Mortgage rates for homes in Rockville are among the lowest they've been in the past few decades. Don't wait to invest in a Rockville mortgage! Whether you're retiring, moving or refinancing, Earnest can tell you how much it'll cost to keep Rockville your home. Find out what's within your means with our handy calculator.

Find an affordable home in Rockville now

Get your dream home with a fair loan

Rockville has the perfect home for you, whether you're a retiree or moving to the area. Rockville housing prices range from $299,000 to $1.3M, meaning there's a little something for everyone. With a low crime rate, Rockville is a safe community to raise a family in. For a family looking for a 15 year mortgage, the rate is currently up by 2.7 percent, still among some of the lowest rates in the country. With mortgage rates as low as they have been in years, now's a great time to make Rockville your community too.
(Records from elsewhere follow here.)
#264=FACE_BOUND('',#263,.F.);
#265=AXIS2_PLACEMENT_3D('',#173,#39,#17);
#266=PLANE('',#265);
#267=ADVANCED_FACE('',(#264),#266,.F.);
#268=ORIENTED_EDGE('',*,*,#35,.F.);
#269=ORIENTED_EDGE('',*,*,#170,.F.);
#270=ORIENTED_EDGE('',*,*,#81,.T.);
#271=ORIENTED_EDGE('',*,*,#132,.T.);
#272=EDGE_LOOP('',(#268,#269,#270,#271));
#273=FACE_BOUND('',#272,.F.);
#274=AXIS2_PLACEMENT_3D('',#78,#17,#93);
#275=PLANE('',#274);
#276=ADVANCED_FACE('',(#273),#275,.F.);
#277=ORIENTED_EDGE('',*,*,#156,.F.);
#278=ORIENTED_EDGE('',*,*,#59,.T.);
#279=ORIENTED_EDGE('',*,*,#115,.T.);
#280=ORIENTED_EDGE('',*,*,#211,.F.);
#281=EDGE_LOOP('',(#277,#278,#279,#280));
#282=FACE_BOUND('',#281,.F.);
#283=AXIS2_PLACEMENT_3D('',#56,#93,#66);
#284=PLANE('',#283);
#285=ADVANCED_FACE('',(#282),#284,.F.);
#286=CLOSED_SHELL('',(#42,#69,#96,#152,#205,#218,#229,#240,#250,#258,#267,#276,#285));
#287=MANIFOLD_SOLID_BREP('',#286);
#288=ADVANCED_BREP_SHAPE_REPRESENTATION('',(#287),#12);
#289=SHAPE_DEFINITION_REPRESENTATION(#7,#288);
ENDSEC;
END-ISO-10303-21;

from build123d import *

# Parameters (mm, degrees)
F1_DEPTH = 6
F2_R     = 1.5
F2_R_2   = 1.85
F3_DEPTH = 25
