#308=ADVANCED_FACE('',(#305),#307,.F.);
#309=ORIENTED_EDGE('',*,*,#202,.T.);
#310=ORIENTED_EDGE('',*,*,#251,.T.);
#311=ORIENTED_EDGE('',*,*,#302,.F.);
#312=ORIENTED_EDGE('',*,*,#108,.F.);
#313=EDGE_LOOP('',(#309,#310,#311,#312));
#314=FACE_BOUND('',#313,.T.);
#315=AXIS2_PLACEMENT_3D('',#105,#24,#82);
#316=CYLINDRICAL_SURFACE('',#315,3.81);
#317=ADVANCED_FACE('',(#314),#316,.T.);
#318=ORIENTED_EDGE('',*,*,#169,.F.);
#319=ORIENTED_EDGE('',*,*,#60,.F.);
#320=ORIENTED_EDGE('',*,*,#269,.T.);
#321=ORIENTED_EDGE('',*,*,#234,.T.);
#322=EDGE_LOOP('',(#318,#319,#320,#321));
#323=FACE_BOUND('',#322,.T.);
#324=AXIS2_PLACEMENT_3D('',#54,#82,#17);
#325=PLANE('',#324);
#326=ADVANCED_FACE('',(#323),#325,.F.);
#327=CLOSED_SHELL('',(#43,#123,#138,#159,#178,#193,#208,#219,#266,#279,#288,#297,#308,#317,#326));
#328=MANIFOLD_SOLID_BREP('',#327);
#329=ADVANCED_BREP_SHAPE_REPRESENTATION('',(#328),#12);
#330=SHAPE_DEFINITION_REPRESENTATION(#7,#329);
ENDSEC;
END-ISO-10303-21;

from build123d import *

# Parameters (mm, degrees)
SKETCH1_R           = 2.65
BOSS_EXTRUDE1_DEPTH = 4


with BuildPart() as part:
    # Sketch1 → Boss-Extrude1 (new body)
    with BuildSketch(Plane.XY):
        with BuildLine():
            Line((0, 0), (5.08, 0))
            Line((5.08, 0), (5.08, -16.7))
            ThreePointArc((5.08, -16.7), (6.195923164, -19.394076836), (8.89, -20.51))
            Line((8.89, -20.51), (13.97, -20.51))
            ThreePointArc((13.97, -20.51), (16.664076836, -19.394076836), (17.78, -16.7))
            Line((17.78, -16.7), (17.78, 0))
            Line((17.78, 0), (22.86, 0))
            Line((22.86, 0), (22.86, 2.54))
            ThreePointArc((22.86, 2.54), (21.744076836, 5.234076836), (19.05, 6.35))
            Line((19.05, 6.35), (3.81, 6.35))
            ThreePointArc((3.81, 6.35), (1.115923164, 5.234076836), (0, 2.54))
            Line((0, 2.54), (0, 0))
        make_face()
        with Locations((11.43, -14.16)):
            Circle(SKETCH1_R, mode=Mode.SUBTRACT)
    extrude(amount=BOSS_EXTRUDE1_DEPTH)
The finest home loan anywhere

Find a deal for your Rockville home

First home? Your retirement destination? No matter the reason you're moving to Rockville, you'll find both the home you are looking for and the loan you need. Many things go into your mortgage rate, such as your credit score, the purpose of your loan, the cost of the house and the down payment you pay. Ask your realtors if you can qualify for any loan discounts based on your unique situation. Earnest can help you find a loan that accommodates your financial profile and your lifestyle needs. Looking to refinance the mortgage of your Rockville home? The process is pretty familiar if you've bought a home before. If you need to switch the terms of your current agreement from fixed to ARM, or need to change the length of the loan, Earnest is your go-to resource to help you discover the best and most affordable options.

Common Questions About Rockville Mortgage Rates

All The Answers You Need to Settle Down Sooner

Should I choose a fixed or adjustable rate?
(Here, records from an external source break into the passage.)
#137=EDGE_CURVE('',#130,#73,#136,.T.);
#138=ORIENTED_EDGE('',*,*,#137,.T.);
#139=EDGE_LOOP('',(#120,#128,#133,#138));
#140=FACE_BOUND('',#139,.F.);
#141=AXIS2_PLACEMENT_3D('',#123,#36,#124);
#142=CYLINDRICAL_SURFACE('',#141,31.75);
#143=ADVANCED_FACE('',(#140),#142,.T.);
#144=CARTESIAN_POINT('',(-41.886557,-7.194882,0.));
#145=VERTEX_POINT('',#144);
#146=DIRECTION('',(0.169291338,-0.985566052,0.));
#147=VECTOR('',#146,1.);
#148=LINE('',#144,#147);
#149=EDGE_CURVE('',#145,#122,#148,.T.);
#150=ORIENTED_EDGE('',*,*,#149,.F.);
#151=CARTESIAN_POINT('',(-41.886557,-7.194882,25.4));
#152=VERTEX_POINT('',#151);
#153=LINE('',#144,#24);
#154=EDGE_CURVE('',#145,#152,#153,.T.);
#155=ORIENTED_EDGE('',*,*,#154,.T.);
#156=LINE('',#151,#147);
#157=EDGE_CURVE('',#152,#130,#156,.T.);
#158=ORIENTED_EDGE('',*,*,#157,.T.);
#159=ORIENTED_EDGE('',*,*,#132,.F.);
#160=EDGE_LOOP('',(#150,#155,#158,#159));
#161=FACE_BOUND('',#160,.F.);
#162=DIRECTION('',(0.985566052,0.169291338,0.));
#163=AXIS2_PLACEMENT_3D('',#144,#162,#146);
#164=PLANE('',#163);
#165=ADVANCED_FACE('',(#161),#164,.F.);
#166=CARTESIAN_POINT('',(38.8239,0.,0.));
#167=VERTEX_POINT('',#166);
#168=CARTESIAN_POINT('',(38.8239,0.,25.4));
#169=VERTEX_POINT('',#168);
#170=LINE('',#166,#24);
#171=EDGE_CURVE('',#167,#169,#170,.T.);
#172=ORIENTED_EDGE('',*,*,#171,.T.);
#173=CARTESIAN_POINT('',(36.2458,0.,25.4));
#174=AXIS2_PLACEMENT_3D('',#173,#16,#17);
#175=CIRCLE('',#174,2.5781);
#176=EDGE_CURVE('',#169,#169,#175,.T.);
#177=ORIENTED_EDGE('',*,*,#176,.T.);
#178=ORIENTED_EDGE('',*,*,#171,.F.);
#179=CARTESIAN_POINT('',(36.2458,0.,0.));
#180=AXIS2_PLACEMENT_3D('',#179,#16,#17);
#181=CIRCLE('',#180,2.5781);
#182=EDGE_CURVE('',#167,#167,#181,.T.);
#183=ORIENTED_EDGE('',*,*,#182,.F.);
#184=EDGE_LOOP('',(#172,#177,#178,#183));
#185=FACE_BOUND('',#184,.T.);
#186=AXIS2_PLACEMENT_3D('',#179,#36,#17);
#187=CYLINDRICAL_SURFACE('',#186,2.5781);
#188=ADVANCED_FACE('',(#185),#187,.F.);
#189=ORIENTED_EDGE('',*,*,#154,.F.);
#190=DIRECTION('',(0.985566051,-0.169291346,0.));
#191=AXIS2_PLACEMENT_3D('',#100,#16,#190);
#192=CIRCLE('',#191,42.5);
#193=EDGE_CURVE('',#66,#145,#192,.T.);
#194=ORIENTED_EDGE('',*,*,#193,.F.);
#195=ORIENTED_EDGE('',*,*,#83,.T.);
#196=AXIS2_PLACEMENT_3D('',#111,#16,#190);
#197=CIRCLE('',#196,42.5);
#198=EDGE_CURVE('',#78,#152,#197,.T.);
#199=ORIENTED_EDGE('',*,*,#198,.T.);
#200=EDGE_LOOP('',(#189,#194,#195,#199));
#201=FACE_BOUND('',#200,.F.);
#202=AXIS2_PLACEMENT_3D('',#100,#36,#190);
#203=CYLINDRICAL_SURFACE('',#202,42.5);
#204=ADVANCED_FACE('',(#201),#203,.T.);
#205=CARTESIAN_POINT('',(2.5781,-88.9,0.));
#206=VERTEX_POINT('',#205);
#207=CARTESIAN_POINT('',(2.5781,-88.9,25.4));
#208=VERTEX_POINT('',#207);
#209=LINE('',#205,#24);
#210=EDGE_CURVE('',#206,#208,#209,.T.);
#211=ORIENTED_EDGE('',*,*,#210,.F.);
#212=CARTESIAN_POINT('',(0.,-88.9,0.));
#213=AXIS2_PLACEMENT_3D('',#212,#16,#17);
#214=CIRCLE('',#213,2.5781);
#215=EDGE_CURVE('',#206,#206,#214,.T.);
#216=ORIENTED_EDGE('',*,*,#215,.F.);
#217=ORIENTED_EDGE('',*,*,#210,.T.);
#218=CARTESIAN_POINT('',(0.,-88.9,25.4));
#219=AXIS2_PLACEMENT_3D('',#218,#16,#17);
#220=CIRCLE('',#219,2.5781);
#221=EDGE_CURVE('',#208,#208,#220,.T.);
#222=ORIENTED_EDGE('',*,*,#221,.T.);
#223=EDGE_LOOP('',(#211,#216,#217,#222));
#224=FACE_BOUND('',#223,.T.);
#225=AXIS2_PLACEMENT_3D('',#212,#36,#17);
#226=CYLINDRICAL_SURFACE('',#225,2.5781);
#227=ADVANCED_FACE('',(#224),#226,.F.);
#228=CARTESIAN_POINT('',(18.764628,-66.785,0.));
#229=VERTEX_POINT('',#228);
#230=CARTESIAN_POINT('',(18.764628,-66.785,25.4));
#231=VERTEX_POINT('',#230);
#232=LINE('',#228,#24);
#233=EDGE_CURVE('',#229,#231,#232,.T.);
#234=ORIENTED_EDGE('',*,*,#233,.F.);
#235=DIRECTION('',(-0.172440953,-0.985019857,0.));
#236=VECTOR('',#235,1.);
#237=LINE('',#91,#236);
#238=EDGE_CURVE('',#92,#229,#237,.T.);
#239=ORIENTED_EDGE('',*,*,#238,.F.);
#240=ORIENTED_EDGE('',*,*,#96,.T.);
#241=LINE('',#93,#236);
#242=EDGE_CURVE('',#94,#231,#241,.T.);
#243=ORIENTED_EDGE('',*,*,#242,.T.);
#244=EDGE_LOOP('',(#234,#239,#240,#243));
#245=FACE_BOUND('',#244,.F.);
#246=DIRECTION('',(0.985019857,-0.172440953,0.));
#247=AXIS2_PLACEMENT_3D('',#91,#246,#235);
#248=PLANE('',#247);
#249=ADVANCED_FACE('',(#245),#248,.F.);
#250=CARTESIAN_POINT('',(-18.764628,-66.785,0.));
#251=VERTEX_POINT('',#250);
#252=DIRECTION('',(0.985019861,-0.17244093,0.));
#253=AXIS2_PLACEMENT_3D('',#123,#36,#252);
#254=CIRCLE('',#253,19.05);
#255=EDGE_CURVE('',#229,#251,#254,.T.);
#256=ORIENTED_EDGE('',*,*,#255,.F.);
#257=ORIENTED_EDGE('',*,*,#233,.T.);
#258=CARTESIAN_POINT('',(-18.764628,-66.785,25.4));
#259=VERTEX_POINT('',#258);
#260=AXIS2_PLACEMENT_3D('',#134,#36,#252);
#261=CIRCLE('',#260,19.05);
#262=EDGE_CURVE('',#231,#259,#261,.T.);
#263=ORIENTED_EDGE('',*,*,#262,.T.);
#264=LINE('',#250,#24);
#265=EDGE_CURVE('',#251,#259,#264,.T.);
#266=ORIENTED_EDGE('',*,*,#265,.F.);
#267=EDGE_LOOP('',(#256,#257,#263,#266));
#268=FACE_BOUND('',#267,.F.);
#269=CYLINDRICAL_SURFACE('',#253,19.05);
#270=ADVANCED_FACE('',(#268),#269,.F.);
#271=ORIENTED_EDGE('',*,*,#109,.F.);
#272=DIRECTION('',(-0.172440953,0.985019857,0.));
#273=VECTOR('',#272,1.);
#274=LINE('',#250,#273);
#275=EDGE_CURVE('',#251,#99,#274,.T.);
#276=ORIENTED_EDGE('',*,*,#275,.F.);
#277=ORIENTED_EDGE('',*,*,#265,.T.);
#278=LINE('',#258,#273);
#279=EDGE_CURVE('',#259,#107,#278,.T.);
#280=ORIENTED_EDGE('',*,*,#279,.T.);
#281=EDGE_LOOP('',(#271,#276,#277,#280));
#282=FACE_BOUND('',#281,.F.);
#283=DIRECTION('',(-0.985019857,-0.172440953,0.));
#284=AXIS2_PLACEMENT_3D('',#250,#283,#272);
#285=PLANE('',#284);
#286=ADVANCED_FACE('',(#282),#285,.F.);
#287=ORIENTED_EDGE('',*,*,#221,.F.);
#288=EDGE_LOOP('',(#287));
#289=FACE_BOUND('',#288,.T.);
It depends how long you expect to stay in the home. Adjustable rates are good for people who may not be in the home long, whereas fixed rates are ideal for people who are confident of settling in.

Do I need a home appraisal?

Probably—in most cases, the homebuyer must use an appraiser to evaluate the value of the home. Appraisal costs vary depending on the value of the property, as well as the state the house is in. Buyers cannot choose their own appraiser—the bank makes the decision.

What is PMI?

Private mortgage insurance (PMI) is required when a homebuyer makes a down payment of less than 20%, or when a borrower refinances with less than 20% equity in the home. PMI fees vary according to your down payment and credit score, and adds a premium to your monthly mortgage payment. Please note, PMI is tax-deductible in 2015 and 2016 for certain income brackets.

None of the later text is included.